In the above snippet, we create the expectation that a notification with the identifier SomeKey will occur, then call code that should trigger the notification. After the notification has occurred, the test code passes through the blocking waitForExpectations method and continues. I have used this pattern to test that my application responds correctly to notifications that are triggered by asynchronous background events (e.g., polling an API).

2. Pre-Loading Application State During UITesting

When writing UITests in Swift, it is often desirable to set up some application state prior to app launch. However, since this is a UITest, we can’t directly manipulate the application state via code. To solve this problem, developers can pass information along to the application in a UITest using launch arguments:


app = XCUIApplication()
app!.launchArguments.append("UITesting")
app!.launch()

In the above code, before launching the app in a UITest scenario set, append a string telling the application that we’re in a testing mode (the string could be anything). Then, in our AppDelegate.swift, we can test for the presence of that flag and set things up to specifically facilitate testing:


func application(_ application: UIApplication, didFinishLaunchingWithOptions launchOptions: [UIApplicationLaunchOptionsKey: Any]?) -> Bool {
    if ProcessInfo.processInfo.arguments.contains("UITesting") {
        setupForTesting()
    } else {
        setUp(application)
    }
    
    return true
}

If ProcessInfo.processInfo.arguents contains the special string, we can react to the fact that the app is running as a UITest. I’ve used this to do things like bypass required authentication steps for apps that require logins.

3. Assertions on UIImage

Unit testing our UIs in iOS often boils down to calling code, then making assertions on UI component state (e.g., testing if a button is enabled or not). But what if we want to check if a custom UI element is showing the correct image given various inputs? I have come across this scenario when developing a custom “mutli-select” component that showed checkboxes and displayed a “checked” or “unchecked” image. The images are included in the app’s Assets.xcassets file.

In this case, the UI had to display checks based on a data model that wasn’t explicitly tied to the custom control, and I didn’t want to add state to the UI component just to facilitate unit testing. I found a nice workaround using UIImagePNGRepresentation, which returns Data that can be deeply compared against other Data.


let isUnchecked   = UIImagePNGRepresentation(UIImage(named: "checkboxUnchecked")!)
let isChecked     = UIImagePNGRepresentation(UIImage(named: "checkboxChecked")!)
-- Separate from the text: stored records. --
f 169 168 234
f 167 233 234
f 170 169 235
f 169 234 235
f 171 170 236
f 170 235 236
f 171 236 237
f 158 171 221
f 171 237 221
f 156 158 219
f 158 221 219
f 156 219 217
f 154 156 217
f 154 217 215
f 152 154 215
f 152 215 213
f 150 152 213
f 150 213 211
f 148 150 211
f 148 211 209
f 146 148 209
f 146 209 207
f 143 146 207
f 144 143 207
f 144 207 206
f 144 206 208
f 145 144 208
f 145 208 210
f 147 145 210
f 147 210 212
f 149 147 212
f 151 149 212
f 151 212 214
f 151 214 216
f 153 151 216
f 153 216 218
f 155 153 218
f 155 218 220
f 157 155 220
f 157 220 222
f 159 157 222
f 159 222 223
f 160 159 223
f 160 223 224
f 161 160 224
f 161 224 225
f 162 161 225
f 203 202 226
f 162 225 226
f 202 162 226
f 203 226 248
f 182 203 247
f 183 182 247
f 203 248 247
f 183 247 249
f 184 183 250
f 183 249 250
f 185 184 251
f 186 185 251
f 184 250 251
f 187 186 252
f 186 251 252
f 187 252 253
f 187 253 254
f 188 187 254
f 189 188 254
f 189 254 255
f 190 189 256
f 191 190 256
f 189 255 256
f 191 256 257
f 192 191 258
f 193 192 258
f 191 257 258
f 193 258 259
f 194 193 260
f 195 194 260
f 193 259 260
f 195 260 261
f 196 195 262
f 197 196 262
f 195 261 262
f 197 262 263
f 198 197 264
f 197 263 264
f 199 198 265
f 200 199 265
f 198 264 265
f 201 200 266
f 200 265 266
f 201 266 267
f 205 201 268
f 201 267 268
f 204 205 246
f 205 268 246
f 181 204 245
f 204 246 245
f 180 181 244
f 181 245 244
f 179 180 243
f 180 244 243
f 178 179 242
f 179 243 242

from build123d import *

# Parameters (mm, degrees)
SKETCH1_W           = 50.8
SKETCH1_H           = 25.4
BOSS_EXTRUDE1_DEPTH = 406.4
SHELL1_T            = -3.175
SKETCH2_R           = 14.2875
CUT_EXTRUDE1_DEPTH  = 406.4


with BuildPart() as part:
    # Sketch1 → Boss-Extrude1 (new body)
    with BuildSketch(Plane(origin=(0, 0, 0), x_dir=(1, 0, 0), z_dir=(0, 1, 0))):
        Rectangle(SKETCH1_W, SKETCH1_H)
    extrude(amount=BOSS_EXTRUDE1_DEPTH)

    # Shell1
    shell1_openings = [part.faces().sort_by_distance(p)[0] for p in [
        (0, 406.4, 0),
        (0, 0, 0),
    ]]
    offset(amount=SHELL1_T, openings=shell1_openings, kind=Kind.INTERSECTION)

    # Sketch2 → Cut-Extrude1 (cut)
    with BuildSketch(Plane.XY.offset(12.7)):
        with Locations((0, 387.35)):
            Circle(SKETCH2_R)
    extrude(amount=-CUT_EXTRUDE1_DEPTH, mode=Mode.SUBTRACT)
var imageData = UIImagePNGRepresentation(cell.uiImageView!.image!)
XCTAssertEqual(imageData, isChecked)

cell.toggleCheckbox()

imageData = UIImagePNGRepresentation(cell.uiImageView!.image!)
XCTAssertEqual(imageData, isUnchecked)

The above snippet tests that a cell containing a UIImageView called uiImageView is actually displaying the image checkboxChecked initially, then after toggleCheckbox is called, the image view is displaying the image checkboxUnchekced. Using UIImagePNGRepresentation, we can convert a UIImage to a Data object that is directly comparable to other Data objects (as opposed to comparing UIImage instances, which will be references in this case and not match).

4. Record Tests for UITesting

This last tip is not really specific to Swift, but more of a PSA for developers who find Apple’s UITest framework difficult to use. Personally, I have had trouble remembering the various selectors and how to access UI elements without the help of accessibility identifiers–which aren’t always available in dynamic UIs. Thankfully, Apple gave us a nice way to record a test automatically within a UITes. It’s a small red button located in Xcode’s debug navigator:

Clicking the red button will launch the app and record–in UITest code–the actions that the developer takes interactively. After you carry out the operations you wish to test, the code that was recorded can be tweaked and refactored into an actual test case. This approach is also nice when trying to discover how to select dynamic UI elements on the screen when Apple’s documentation isn’t helping.

These are just a few of the tools I’ve used to make life a little easier and code more correct. I’d love to hear other approaches you have used for testing iOS applications in Swift!